(Recorded data)
--- START ---
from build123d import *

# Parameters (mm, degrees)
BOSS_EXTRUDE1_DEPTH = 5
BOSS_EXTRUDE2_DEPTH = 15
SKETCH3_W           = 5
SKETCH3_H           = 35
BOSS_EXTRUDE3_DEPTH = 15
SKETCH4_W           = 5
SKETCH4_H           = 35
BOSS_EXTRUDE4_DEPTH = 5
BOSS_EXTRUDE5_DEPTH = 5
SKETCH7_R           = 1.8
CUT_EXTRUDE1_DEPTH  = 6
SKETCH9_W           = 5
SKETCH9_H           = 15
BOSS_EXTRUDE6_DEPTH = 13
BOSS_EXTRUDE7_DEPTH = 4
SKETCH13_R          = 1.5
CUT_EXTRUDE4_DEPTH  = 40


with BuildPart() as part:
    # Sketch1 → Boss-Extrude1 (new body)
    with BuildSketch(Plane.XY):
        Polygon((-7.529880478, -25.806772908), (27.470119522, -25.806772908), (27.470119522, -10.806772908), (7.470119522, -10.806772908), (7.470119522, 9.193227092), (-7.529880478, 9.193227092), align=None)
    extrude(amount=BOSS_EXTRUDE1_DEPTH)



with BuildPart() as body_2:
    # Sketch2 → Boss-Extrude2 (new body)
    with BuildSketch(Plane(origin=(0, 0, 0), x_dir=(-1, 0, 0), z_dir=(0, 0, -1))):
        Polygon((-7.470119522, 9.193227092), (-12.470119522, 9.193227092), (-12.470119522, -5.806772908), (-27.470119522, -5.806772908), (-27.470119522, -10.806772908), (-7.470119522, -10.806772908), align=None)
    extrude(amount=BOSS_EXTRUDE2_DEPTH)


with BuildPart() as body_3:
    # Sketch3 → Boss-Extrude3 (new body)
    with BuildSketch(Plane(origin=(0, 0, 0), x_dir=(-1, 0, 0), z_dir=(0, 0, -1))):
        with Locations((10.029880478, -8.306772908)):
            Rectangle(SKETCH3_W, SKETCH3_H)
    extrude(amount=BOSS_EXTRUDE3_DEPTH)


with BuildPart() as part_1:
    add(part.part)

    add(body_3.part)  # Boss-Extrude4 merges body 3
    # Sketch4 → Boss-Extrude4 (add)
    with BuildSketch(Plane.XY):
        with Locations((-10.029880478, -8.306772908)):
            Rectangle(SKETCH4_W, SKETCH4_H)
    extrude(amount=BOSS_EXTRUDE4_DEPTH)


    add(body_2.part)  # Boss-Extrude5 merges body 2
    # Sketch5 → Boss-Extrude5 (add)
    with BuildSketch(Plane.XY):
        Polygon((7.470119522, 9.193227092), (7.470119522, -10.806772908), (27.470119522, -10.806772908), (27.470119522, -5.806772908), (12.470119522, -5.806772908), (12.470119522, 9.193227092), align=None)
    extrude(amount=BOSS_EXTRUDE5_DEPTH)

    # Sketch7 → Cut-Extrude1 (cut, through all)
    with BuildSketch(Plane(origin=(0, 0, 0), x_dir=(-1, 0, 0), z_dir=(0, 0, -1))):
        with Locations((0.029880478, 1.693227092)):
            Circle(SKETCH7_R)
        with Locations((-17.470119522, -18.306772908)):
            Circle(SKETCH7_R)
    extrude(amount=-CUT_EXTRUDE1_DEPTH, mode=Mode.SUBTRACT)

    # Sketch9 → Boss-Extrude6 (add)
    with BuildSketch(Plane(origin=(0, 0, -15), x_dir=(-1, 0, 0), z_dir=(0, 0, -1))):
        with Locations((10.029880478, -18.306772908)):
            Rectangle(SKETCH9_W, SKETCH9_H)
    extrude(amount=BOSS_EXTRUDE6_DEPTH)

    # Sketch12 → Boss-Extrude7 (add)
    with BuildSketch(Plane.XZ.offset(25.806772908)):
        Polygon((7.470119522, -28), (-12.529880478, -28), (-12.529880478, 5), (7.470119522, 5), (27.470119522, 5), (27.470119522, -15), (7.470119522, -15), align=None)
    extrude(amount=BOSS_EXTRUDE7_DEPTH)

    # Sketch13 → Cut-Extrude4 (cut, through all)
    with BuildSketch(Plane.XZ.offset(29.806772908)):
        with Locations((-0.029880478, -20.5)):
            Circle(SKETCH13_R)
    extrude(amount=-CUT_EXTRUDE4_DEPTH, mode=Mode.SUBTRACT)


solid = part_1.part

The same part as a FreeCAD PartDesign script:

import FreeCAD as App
import Part
import Sketcher
Q = App.Units.Quantity


def add_polygon(sketch, points):
    """Adds a closed chain of lines whose ends are joined by coincident constraints."""
    first, n = sketch.GeometryCount, len(points)
    for a, b in zip(points, points[1:] + points[:1]):
        sketch.addGeometry(Part.LineSegment(App.Vector(*a, 0), App.Vector(*b, 0)), False)
    for i in range(n):
        sketch.addConstraint(Sketcher.Constraint("Coincident", first + i, 2, first + (i + 1) % n, 1))

doc = App.newDocument("Part")
body = doc.addObject("PartDesign::Body", "Body")

# Sketch on XY plane
sketch1 = body.newObject("Sketcher::SketchObject", "Sketch")
sketch1.AttachmentSupport = (doc.getObject("XY_Plane"), [""])
sketch1.MapMode = "FlatFace"
add_polygon(sketch1, [(-8, -26), (27, -26), (27, -11), (7, -11), (7, 9), (-8, 9)])  # lines 0-5
sketch1.addConstraint(Sketcher.Constraint("Horizontal", 0))
sketch1.addConstraint(Sketcher.Constraint("Vertical", 1))
sketch1.addConstraint(Sketcher.Constraint("Horizontal", 2))
sketch1.addConstraint(Sketcher.Constraint("Vertical", 3))
sketch1.addConstraint(Sketcher.Constraint("Horizontal", 4))
sketch1.addConstraint(Sketcher.Constraint("Vertical", 5))
sketch1.addConstraint(Sketcher.Constraint("Equal", 4, 1))
sketch1.addConstraint(Sketcher.Constraint("Equal", 2, 3))
sketch1.addConstraint(Sketcher.Constraint("DistanceX", 0, 1, 0, 2, Q("35 mm")))
sketch1.addConstraint(Sketcher.Constraint("DistanceX", 2, 2, 2, 1, Q("20 mm")))
sketch1.addConstraint(Sketcher.Constraint("DistanceX", -1, 1, 0, 2, Q("27.47012 mm")))
sketch1.addConstraint(Sketcher.Constraint("DistanceY", 0, 2, -1, 1, Q("25.806773 mm")))
pad1 = body.newObject("PartDesign::Pad", "Pad")
pad1.Profile = sketch1
pad1.Length = 5
body2 = doc.addObject("PartDesign::Body", "Body001")

# Sketch on XY plane
sketch2 = body2.newObject("Sketcher::SketchObject", "Sketch001")
sketch2.AttachmentSupport = (doc.getObject("XY_Plane001"), [""])
sketch2.MapMode = "FlatFace"
add_polygon(sketch2, [(7.5, 9.2), (12.5, 9.2), (12.5, -5.8), (27.5, -5.8), (27.5, -10.8), (7.5, -10.8)])  # lines 0-5
sketch2.addConstraint(Sketcher.Constraint("Horizontal", 0))
sketch2.addConstraint(Sketcher.Constraint("Vertical", 1))
sketch2.addConstraint(Sketcher.Constraint("Horizontal", 2))
sketch2.addConstraint(Sketcher.Constraint("Vertical", 3))
sketch2.addConstraint(Sketcher.Constraint("Horizontal", 4))
sketch2.addConstraint(Sketcher.Constraint("Vertical", 5))
sketch2.addConstraint(Sketcher.Constraint("Equal", 2, 1))
sketch2.addConstraint(Sketcher.Constraint("Equal", 0, 3))
sketch2.addConstraint(Sketcher.Constraint("DistanceX", 0, 1, 0, 2, Q("5 mm")))
sketch2.addConstraint(Sketcher.Constraint("DistanceX", 2, 1, 2, 2, Q("15 mm")))
sketch2.addConstraint(Sketcher.Constraint("DistanceX", -1, 1, 0, 2, Q("12.47012 mm")))
sketch2.addConstraint(Sketcher.Constraint("DistanceY", -1, 1, 0, 2, Q("9.193227 mm")))
pad2 = body2.newObject("PartDesign::Pad", "Pad001")
pad2.Profile = sketch2
pad2.Length = 15
pad2.Reversed = True
body3 = doc.addObject("PartDesign::Body", "Body002")

# Sketch on XY plane
sketch3 = body3.newObject("Sketcher::SketchObject", "Sketch002")
sketch3.AttachmentSupport = (doc.getObject("XY_Plane002"), [""])
sketch3.MapMode = "FlatFace"
add_polygon(sketch3, [(-8, 9), (-8, -26), (-13, -26), (-13, 9)])  # lines 0-3
sketch3.addConstraint(Sketcher.Constraint("Vertical", 0))
sketch3.addConstraint(Sketcher.Constraint("Horizontal", 1))
sketch3.addConstraint(Sketcher.Constraint("Vertical", 2))
sketch3.addConstraint(Sketcher.Constraint("Horizontal", 3))
sketch3.addConstraint(Sketcher.Constraint("DistanceX", 1, 2, 1, 1, Q("5 mm")))
sketch3.addConstraint(Sketcher.Constraint("DistanceY", 0, 2, 0, 1, Q("35 mm")))
sketch3.addConstraint(Sketcher.Constraint("DistanceX", 0, 2, -1, 1, Q("7.52988 mm")))
sketch3.addConstraint(Sketcher.Constraint("DistanceY", 0, 2, -1, 1, Q("25.806773 mm")))
pad3 = body3.newObject("PartDesign::Pad", "Pad002")
pad3.Profile = sketch3
pad3.Length = 15
pad3.Reversed = True
body.AllowCompound = True
doc.recompute()

boolean = body.newObject("PartDesign::Boolean", "Boolean")
boolean.Type = "Fuse"
boolean.addObjects([body3])

# Sketch on XY plane
sketch4 = body.newObject("Sketcher::SketchObject", "Sketch003")
sketch4.AttachmentSupport = (doc.getObject("XY_Plane"), [""])
sketch4.MapMode = "FlatFace"
add_polygon(sketch4, [(-13, 9), (-13, -26), (-8, -26), (-8, 9)])  # lines 0-3
sketch4.addConstraint(Sketcher.Constraint("Vertical", 0))
sketch4.addConstraint(Sketcher.Constraint("Horizontal", 1))
sketch4.addConstraint(Sketcher.Constraint("Vertical", 2))
sketch4.addConstraint(Sketcher.Constraint("Horizontal", 3))
sketch4.addConstraint(Sketcher.Constraint("DistanceX", 1, 1, 1, 2, Q("5 mm")))
sketch4.addConstraint(Sketcher.Constraint("DistanceY", 0, 2, 0, 1, Q("35 mm")))
sketch4.addConstraint(Sketcher.Constraint("DistanceX", 0, 2, -1, 1, Q("12.52988 mm")))
sketch4.addConstraint(Sketcher.Constraint("DistanceY", 0, 2, -1, 1, Q("25.806773 mm")))
pad4 = body.newObject("PartDesign::Pad", "Pad003")
pad4.Profile = sketch4
pad4.Length = 5
doc.recompute()

boolean2 = body.newObject("PartDesign::Boolean", "Boolean001")
boolean2.Type = "Fuse"
boolean2.addObjects([body2])

# Sketch on XY plane
sketch5 = body.newObject("Sketcher::SketchObject", "Sketch004")
sketch5.AttachmentSupport = (doc.getObject("XY_Plane"), [""])
sketch5.MapMode = "FlatFace"
add_polygon(sketch5, [(7.5, 9.2), (7.5, -10.8), (27.5, -10.8), (27.5, -5.8), (12.5, -5.8), (12.5, 9.2)])  # lines 0-5
sketch5.addConstraint(Sketcher.Constraint("Vertical", 0))
sketch5.addConstraint(Sketcher.Constraint("Horizontal", 1))
sketch5.addConstraint(Sketcher.Constraint("Vertical", 2))
sketch5.addConstraint(Sketcher.Constraint("Horizontal", 3))
sketch5.addConstraint(Sketcher.Constraint("Vertical", 4))
sketch5.addConstraint(Sketcher.Constraint("Horizontal", 5))
sketch5.addConstraint(Sketcher.Constraint("Equal", 1, 0))
sketch5.addConstraint(Sketcher.Constraint("Equal", 5, 2))
sketch5.addConstraint(Sketcher.Constraint("DistanceX", 1, 1, 1, 2, Q("20 mm")))
sketch5.addConstraint(Sketcher.Constraint("DistanceX", 3, 2, 3, 1, Q("15 mm")))
sketch5.addConstraint(Sketcher.Constraint("DistanceX", -1, 1, 0, 2, Q("7.47012 mm")))
sketch5.addConstraint(Sketcher.Constraint("DistanceY", 0, 2, -1, 1, Q("10.806773 mm")))
pad5 = body.newObject("PartDesign::Pad", "Pad004")
pad5.Profile = sketch5
pad5.Length = 5

# Sketch on XY plane
sketch6 = body.newObject("Sketcher::SketchObject", "Sketch005")
sketch6.AttachmentSupport = (doc.getObject("XY_Plane"), [""])
sketch6.MapMode = "FlatFace"
sketch6.addGeometry(Part.Circle(App.Vector(0, 1.7, 0), App.Vector(0, 0, 1), 1.8), False)
sketch6.addGeometry(Part.Circle(App.Vector(17.5, -18.3, 0), App.Vector(0, 0, 1), 1.8), False)
sketch6.addConstraint(Sketcher.Constraint("Equal", 0, 1))
sketch6.addConstraint(Sketcher.Constraint("Diameter", 0, Q("3.6 mm")))
sketch6.addConstraint(Sketcher.Constraint("DistanceY", 1, 3, 0, 3, Q("20 mm")))
sketch6.addConstraint(Sketcher.Constraint("DistanceX", 0, 3, 1, 3, Q("17.5 mm")))
sketch6.addConstraint(Sketcher.Constraint("DistanceX", 0, 3, -1, 1, Q("0.02988 mm")))
sketch6.addConstraint(Sketcher.Constraint("DistanceY", -1, 1, 0, 3, Q("1.693227 mm")))
pocket1 = body.newObject("PartDesign::Pocket", "Pocket")
pocket1.Profile = sketch6
pocket1.Type = "ThroughAll"
pocket1.Reversed = True

# Sketch on XY plane
sketch7 = body.newObject("Sketcher::SketchObject", "Sketch006")
sketch7.AttachmentSupport = (doc.getObject("XY_Plane"), [""])
sketch7.MapMode = "FlatFace"
sketch7.AttachmentOffset = App.Placement(App.Vector(0, 0, -15), App.Rotation())
add_polygon(sketch7, [(-8, -11), (-8, -26), (-13, -26), (-13, -11)])  # lines 0-3
sketch7.addConstraint(Sketcher.Constraint("Vertical", 0))
sketch7.addConstraint(Sketcher.Constraint("Horizontal", 1))
sketch7.addConstraint(Sketcher.Constraint("Vertical", 2))
sketch7.addConstraint(Sketcher.Constraint("Horizontal", 3))
sketch7.addConstraint(Sketcher.Constraint("DistanceX", 1, 2, 1, 1, Q("5 mm")))
sketch7.addConstraint(Sketcher.Constraint("DistanceY", 0, 2, 0, 1, Q("15 mm")))
sketch7.addConstraint(Sketcher.Constraint("DistanceX", 0, 2, -1, 1, Q("7.52988 mm")))
sketch7.addConstraint(Sketcher.Constraint("DistanceY", 0, 2, -1, 1, Q("25.806773 mm")))
pad6 = body.newObject("PartDesign::Pad", "Pad005")
pad6.Profile = sketch7
pad6.Length = 13
pad6.Reversed = True

# Sketch on XZ plane
sketch8 = body.newObject("Sketcher::SketchObject", "Sketch007")
sketch8.AttachmentSupport = (doc.getObject("XZ_Plane"), [""])
sketch8.MapMode = "FlatFace"
sketch8.AttachmentOffset = App.Placement(App.Vector(0, 0, 25.806773), App.Rotation())
add_polygon(sketch8, [(-13, -28), (7, -28), (7, -15), (27, -15), (27, 5), (-13, 5)])  # lines 0-5
sketch8.addConstraint(Sketcher.Constraint("Horizontal", 0))
sketch8.addConstraint(Sketcher.Constraint("Vertical", 1))
sketch8.addConstraint(Sketcher.Constraint("Horizontal", 2))
sketch8.addConstraint(Sketcher.Constraint("Vertical", 3))
sketch8.addConstraint(Sketcher.Constraint("Horizontal", 4))
sketch8.addConstraint(Sketcher.Constraint("Vertical", 5))
sketch8.addConstraint(Sketcher.Constraint("Equal", 0, 2))
sketch8.addConstraint(Sketcher.Constraint("Equal", 2, 3))
sketch8.addConstraint(Sketcher.Constraint("DistanceX", 0, 1, 0, 2, Q("20 mm")))
sketch8.addConstraint(Sketcher.Constraint("DistanceY", 1, 1, 1, 2, Q("13 mm")))
sketch8.addConstraint(Sketcher.Constraint("DistanceY", 0, 2, -1, 1, Q("28 mm")))
sketch8.addConstraint(Sketcher.Constraint("DistanceX", -1, 1, 0, 2, Q("7.47012 mm")))
pad7 = body.newObject("PartDesign::Pad", "Pad006")
pad7.Profile = sketch8
pad7.Length = 4

# Sketch on XZ plane
sketch9 = body.newObject("Sketcher::SketchObject", "Sketch008")
sketch9.AttachmentSupport = (doc.getObject("XZ_Plane"), [""])
sketch9.MapMode = "FlatFace"
sketch9.AttachmentOffset = App.Placement(App.Vector(0, 0, 29.806773), App.Rotation())
sketch9.addGeometry(Part.Circle(App.Vector(0, -20.5, 0), App.Vector(0, 0, 1), 1.5), False)
sketch9.addConstraint(Sketcher.Constraint("Diameter", 0, Q("3 mm")))
sketch9.addConstraint(Sketcher.Constraint("DistanceY", 0, 3, -1, 1, Q("20.5 mm")))
sketch9.addConstraint(Sketcher.Constraint("DistanceX", 0, 3, -1, 1, Q("0.02988 mm")))
pocket2 = body.newObject("PartDesign::Pocket", "Pocket001")
pocket2.Profile = sketch9
pocket2.Type = "ThroughAll"

doc.recompute()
--- END ---
EXERCISE BRIEF: Using the entries above, give back exactly the line containing "extrude(amount=BOSS_EXTRUDE7_DEPTH)", the line containing "The same part", and every line between them, and nothing else.

ANSWER BOX:
    extrude(amount=BOSS_EXTRUDE7_DEPTH)

    # Sketch13 → Cut-Extrude4 (cut, through all)
    with BuildSketch(Plane.XZ.offset(29.806772908)):
        with Locations((-0.029880478, -20.5)):
            Circle(SKETCH13_R)
    extrude(amount=-CUT_EXTRUDE4_DEPTH, mode=Mode.SUBTRACT)


solid = part_1.part

The same part as a FreeCAD PartDesign script:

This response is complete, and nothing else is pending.